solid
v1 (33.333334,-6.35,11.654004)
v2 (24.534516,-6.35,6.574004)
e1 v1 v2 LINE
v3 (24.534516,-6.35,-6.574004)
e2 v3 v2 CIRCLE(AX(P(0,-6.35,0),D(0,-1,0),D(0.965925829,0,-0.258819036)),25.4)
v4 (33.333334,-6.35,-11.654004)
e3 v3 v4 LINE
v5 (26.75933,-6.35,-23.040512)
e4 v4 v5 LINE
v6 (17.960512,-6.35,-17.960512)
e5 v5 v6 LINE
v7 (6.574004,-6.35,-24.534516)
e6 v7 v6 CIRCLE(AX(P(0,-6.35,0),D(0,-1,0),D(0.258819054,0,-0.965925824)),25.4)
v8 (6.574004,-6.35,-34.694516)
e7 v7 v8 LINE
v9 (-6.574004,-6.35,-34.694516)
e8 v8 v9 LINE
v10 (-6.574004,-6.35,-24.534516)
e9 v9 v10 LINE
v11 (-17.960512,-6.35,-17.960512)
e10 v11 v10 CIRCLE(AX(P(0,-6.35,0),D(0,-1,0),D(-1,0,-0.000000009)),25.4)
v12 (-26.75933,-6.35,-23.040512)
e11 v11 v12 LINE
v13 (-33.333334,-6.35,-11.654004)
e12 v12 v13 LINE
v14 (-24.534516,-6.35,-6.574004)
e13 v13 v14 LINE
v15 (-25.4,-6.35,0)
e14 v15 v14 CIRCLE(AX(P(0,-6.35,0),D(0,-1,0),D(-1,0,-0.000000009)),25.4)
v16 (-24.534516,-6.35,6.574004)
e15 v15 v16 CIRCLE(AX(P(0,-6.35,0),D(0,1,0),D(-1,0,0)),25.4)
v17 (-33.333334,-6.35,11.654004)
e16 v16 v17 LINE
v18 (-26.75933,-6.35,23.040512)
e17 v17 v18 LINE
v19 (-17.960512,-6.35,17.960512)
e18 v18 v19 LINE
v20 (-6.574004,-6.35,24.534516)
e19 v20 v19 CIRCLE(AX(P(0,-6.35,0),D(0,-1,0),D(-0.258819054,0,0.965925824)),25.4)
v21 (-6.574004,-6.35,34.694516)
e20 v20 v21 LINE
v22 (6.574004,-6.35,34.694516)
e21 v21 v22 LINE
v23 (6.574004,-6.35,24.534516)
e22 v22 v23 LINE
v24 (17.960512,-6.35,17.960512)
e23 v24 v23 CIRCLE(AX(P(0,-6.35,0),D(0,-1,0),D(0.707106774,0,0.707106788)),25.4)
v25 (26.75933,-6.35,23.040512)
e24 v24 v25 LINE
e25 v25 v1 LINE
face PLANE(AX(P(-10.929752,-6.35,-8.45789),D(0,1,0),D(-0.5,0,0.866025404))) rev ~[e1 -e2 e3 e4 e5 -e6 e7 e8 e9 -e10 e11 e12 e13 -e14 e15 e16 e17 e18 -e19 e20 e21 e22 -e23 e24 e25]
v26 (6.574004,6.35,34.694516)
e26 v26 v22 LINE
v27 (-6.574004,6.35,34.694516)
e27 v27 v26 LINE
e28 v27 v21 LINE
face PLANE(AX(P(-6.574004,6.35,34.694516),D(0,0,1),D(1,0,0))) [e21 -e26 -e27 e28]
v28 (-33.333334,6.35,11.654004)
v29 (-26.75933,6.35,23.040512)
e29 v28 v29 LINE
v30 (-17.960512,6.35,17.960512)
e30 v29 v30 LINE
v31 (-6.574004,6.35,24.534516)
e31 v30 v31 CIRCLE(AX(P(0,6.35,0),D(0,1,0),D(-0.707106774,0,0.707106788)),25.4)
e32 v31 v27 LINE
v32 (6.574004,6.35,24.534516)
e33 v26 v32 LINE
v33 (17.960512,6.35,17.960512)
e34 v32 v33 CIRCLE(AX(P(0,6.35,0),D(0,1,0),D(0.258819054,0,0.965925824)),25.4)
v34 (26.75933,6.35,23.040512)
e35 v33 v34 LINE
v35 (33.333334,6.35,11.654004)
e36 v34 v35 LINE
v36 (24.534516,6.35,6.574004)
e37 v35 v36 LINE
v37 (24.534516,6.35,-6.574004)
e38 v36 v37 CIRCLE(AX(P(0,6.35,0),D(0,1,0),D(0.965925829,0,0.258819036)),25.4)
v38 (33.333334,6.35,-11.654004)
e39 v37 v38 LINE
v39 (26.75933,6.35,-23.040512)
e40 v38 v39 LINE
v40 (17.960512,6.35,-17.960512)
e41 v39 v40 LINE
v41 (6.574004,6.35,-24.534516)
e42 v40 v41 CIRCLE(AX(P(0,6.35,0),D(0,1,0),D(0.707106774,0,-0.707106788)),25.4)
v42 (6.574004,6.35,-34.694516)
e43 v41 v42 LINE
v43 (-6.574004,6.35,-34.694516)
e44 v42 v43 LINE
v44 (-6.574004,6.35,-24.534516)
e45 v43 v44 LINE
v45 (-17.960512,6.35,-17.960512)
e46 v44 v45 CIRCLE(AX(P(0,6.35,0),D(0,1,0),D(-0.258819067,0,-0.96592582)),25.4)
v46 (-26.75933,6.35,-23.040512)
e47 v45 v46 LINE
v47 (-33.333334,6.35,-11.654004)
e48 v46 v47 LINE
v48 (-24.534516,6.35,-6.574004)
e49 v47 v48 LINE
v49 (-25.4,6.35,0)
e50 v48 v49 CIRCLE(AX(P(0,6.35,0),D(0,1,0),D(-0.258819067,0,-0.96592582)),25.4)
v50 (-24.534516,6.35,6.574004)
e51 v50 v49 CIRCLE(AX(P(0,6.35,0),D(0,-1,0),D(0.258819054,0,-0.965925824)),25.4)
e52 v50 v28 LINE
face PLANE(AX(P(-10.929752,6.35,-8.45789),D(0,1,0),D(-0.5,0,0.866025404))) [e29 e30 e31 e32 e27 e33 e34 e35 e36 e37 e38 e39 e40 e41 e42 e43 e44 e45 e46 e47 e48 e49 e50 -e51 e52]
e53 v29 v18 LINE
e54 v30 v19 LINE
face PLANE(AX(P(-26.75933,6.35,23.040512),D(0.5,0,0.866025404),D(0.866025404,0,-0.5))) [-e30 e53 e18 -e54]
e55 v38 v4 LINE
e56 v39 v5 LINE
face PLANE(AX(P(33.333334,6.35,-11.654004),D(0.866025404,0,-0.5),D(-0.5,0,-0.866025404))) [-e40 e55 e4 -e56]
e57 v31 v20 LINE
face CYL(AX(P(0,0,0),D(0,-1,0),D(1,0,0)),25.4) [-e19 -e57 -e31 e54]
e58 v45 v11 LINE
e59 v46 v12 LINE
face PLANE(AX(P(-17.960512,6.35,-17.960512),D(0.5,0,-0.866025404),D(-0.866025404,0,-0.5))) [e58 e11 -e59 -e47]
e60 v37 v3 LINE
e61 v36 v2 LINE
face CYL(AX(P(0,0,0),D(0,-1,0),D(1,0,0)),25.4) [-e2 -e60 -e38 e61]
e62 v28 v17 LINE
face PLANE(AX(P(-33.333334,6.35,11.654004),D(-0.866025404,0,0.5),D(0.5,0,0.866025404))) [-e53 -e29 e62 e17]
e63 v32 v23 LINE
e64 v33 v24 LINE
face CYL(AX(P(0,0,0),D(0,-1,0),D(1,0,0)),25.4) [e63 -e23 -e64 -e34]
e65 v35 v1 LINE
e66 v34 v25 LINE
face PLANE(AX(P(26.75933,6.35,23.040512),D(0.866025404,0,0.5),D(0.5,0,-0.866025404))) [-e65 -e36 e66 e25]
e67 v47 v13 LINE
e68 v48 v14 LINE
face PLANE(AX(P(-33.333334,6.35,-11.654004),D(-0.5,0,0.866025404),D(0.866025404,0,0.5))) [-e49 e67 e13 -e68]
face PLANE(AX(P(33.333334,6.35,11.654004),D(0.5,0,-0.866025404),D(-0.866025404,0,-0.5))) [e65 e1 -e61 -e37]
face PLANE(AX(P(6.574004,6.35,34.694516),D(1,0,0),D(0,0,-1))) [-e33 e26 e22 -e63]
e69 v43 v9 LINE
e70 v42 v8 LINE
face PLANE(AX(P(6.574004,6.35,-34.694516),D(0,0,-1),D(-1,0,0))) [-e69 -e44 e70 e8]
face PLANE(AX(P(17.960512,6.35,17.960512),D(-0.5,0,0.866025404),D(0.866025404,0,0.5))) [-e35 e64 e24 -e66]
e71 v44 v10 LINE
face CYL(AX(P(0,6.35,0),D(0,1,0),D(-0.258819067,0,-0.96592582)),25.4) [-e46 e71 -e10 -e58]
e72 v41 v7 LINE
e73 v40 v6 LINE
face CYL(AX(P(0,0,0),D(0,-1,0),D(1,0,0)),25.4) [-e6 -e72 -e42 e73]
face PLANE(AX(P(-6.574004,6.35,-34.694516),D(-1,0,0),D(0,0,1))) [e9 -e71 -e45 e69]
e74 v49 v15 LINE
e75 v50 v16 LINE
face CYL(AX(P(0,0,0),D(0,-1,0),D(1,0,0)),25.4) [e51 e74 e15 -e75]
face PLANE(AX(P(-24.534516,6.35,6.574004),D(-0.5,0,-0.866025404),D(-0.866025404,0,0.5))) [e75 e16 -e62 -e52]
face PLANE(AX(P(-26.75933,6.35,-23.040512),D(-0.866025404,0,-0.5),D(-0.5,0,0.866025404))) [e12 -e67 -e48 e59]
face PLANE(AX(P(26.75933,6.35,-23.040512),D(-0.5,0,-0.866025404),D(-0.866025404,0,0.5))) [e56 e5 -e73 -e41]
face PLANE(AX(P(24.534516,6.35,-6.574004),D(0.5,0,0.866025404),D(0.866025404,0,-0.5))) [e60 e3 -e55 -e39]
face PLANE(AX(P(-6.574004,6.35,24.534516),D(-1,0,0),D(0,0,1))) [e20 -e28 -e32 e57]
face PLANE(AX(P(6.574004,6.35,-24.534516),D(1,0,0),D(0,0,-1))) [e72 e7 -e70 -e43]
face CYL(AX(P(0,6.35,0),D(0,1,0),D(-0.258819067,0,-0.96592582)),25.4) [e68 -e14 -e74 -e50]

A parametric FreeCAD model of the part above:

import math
import FreeCAD as App
import Part
import Sketcher

V = App.Vector
Q = App.Units.Quantity

doc = App.newDocument("Part")
body = doc.addObject("PartDesign::Body", "Body")

sketch1 = doc.addObject("Sketcher::SketchObject", "Sketch")
body.addObject(sketch1)
sketch1.AttachmentSupport = (doc.XZ_Plane, [""])
sketch1.MapMode = "FlatFace"
sketch1.addGeometry(Part.Circle(V(0, 0, 0), V(0, 0, 1), 25), False)
sketch1.addConstraint(Sketcher.Constraint("Coincident", 0, 3, -1, 1))
sketch1.addConstraint(Sketcher.Constraint("Diameter", 0, Q("2 in")))
pad1 = doc.addObject("PartDesign::Pad", "Pad")
body.addObject(pad1)
pad1.Profile = sketch1
pad1.Length = Q("0.5 in")
pad1.Midplane = True

sketch2 = doc.addObject("Sketcher::SketchObject", "Sketch001")
body.addObject(sketch2)
sketch2.AttachmentSupport = (doc.XZ_Plane, [""])
sketch2.MapMode = "FlatFace"
sketch2.AttachmentOffset = App.Placement(V(0, 0, -0.25 * 25.4), App.Rotation())
sketch2.addGeometry(Part.LineSegment(V(7, -25, 0), V(7, -35, 0)), False)
sketch2.addGeometry(Part.LineSegment(V(7, -35, 0), V(-7, -35, 0)), False)
sketch2.addGeometry(Part.LineSegment(V(-7, -35, 0), V(-7, -25, 0)), False)
sketch2.addGeometry(Part.ArcOfCircle(Part.Circle(V(0, 0, 0), V(0, 0, 1), 25), math.radians(-180), math.radians(-105)), False)
sketch2.addGeometry(Part.ArcOfCircle(Part.Circle(V(0, 0, 0), V(0, 0, 1), 25), math.radians(-75), math.radians(180)), False)
sketch2.addConstraint(Sketcher.Constraint("Coincident", 0, 2, 1, 1))
sketch2.addConstraint(Sketcher.Constraint("Coincident", 1, 2, 2, 1))
sketch2.addConstraint(Sketcher.Constraint("Coincident", 2, 2, 3, 2))
sketch2.addConstraint(Sketcher.Constraint("Tangent", 3, 1, 4, 2))
sketch2.addConstraint(Sketcher.Constraint("Coincident", 4, 1, 0, 1))
sketch2.addConstraint(Sketcher.Constraint("Vertical", 0))
sketch2.addConstraint(Sketcher.Constraint("Horizontal", 1))
sketch2.addConstraint(Sketcher.Constraint("Vertical", 2))
sketch2.addConstraint(Sketcher.Constraint("Coincident", 3, 3, -1, 1))
sketch2.addConstraint(Sketcher.Constraint("Equal", 3, 4))
sketch2.addConstraint(Sketcher.Constraint("PointOnObject", 3, 1, -1))
sketch2.addConstraint(Sketcher.Constraint("Horizontal", 2, 2, 4, 1))
sketch2.addConstraint(Sketcher.Constraint("Radius", 3, Q("1 in")))
sketch2.addConstraint(Sketcher.Constraint("DistanceY", 0, 2, 0, 1, Q("0.4 in")))
sketch2.addConstraint(Sketcher.Constraint("DistanceX", 1, 2, 1, 1, 13.148008))
pad2 = doc.addObject("PartDesign::Pad", "Pad001")
body.addObject(pad2)
pad2.Profile = sketch2
pad2.Length = Q("0.5 in")
body2 = doc.addObject("PartDesign::Body", "Body001")
doc.recompute()

body2.BaseFeature = body
doc.recompute()

body3 = doc.addObject("PartDesign::Body", "Body002")
body3.BaseFeature = body
body3.Placement = App.Placement(V(0, 0, 0), App.Rotation(V(0, -1, 0), 60))
boolean = doc.addObject("PartDesign::Boolean", "Boolean")
body2.addObject(boolean)
boolean.Type = "Fuse"
boolean.addObjects([body3])
doc.recompute()

body4 = doc.addObject("PartDesign::Body", "Body003")
body4.BaseFeature = body
body4.Placement = App.Placement(V(0, 0, 0), App.Rotation(V(0, -1, 0), 120))
boolean2 = doc.addObject("PartDesign::Boolean", "Boolean001")
body2.addObject(boolean2)
boolean2.Type = "Fuse"
boolean2.addObjects([body4])
doc.recompute()

body5 = doc.addObject("PartDesign::Body", "Body004")
body5.BaseFeature = body
body5.Placement = App.Placement(V(0, 0, 0), App.Rotation(V(0, -1, 0), 180))
boolean3 = doc.addObject("PartDesign::Boolean", "Boolean002")
body2.addObject(boolean3)
boolean3.Type = "Fuse"
boolean3.addObjects([body5])
doc.recompute()

body6 = doc.addObject("PartDesign::Body", "Body005")
body6.BaseFeature = body
body6.Placement = App.Placement(V(0, 0, 0), App.Rotation(V(0, -1, 0), 240))
boolean4 = doc.addObject("PartDesign::Boolean", "Boolean003")
body2.addObject(boolean4)
boolean4.Type = "Fuse"
boolean4.addObjects([body6])
doc.recompute()

body.Placement = App.Placement(V(0, 0, 0), App.Rotation(V(0, -1, 0), 300))
boolean5 = doc.addObject("PartDesign::Boolean", "Boolean004")
body2.addObject(boolean5)
boolean5.Type = "Fuse"
boolean5.addObjects([body])

doc.recompute()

☆ ☆ ☆ ☆ ☆ ☆ ☆

Look above for the line that contains "v49 (-25.4,6.35,0)". Starting there, transcribe every line exactly until you have copied the line that contains "e62 v28 v17 LINE".

v49 (-25.4,6.35,0)
e50 v48 v49 CIRCLE(AX(P(0,6.35,0),D(0,1,0),D(-0.258819067,0,-0.96592582)),25.4)
v50 (-24.534516,6.35,6.574004)
e51 v50 v49 CIRCLE(AX(P(0,6.35,0),D(0,-1,0),D(0.258819054,0,-0.965925824)),25.4)
e52 v50 v28 LINE
face PLANE(AX(P(-10.929752,6.35,-8.45789),D(0,1,0),D(-0.5,0,0.866025404))) [e29 e30 e31 e32 e27 e33 e34 e35 e36 e37 e38 e39 e40 e41 e42 e43 e44 e45 e46 e47 e48 e49 e50 -e51 e52]
e53 v29 v18 LINE
e54 v30 v19 LINE
face PLANE(AX(P(-26.75933,6.35,23.040512),D(0.5,0,0.866025404),D(0.866025404,0,-0.5))) [-e30 e53 e18 -e54]
e55 v38 v4 LINE
e56 v39 v5 LINE
face PLANE(AX(P(33.333334,6.35,-11.654004),D(0.866025404,0,-0.5),D(-0.5,0,-0.866025404))) [-e40 e55 e4 -e56]
e57 v31 v20 LINE
face CYL(AX(P(0,0,0),D(0,-1,0),D(1,0,0)),25.4) [-e19 -e57 -e31 e54]
e58 v45 v11 LINE
e59 v46 v12 LINE
face PLANE(AX(P(-17.960512,6.35,-17.960512),D(0.5,0,-0.866025404),D(-0.866025404,0,-0.5))) [e58 e11 -e59 -e47]
e60 v37 v3 LINE
e61 v36 v2 LINE
face CYL(AX(P(0,0,0),D(0,-1,0),D(1,0,0)),25.4) [-e2 -e60 -e38 e61]
e62 v28 v17 LINE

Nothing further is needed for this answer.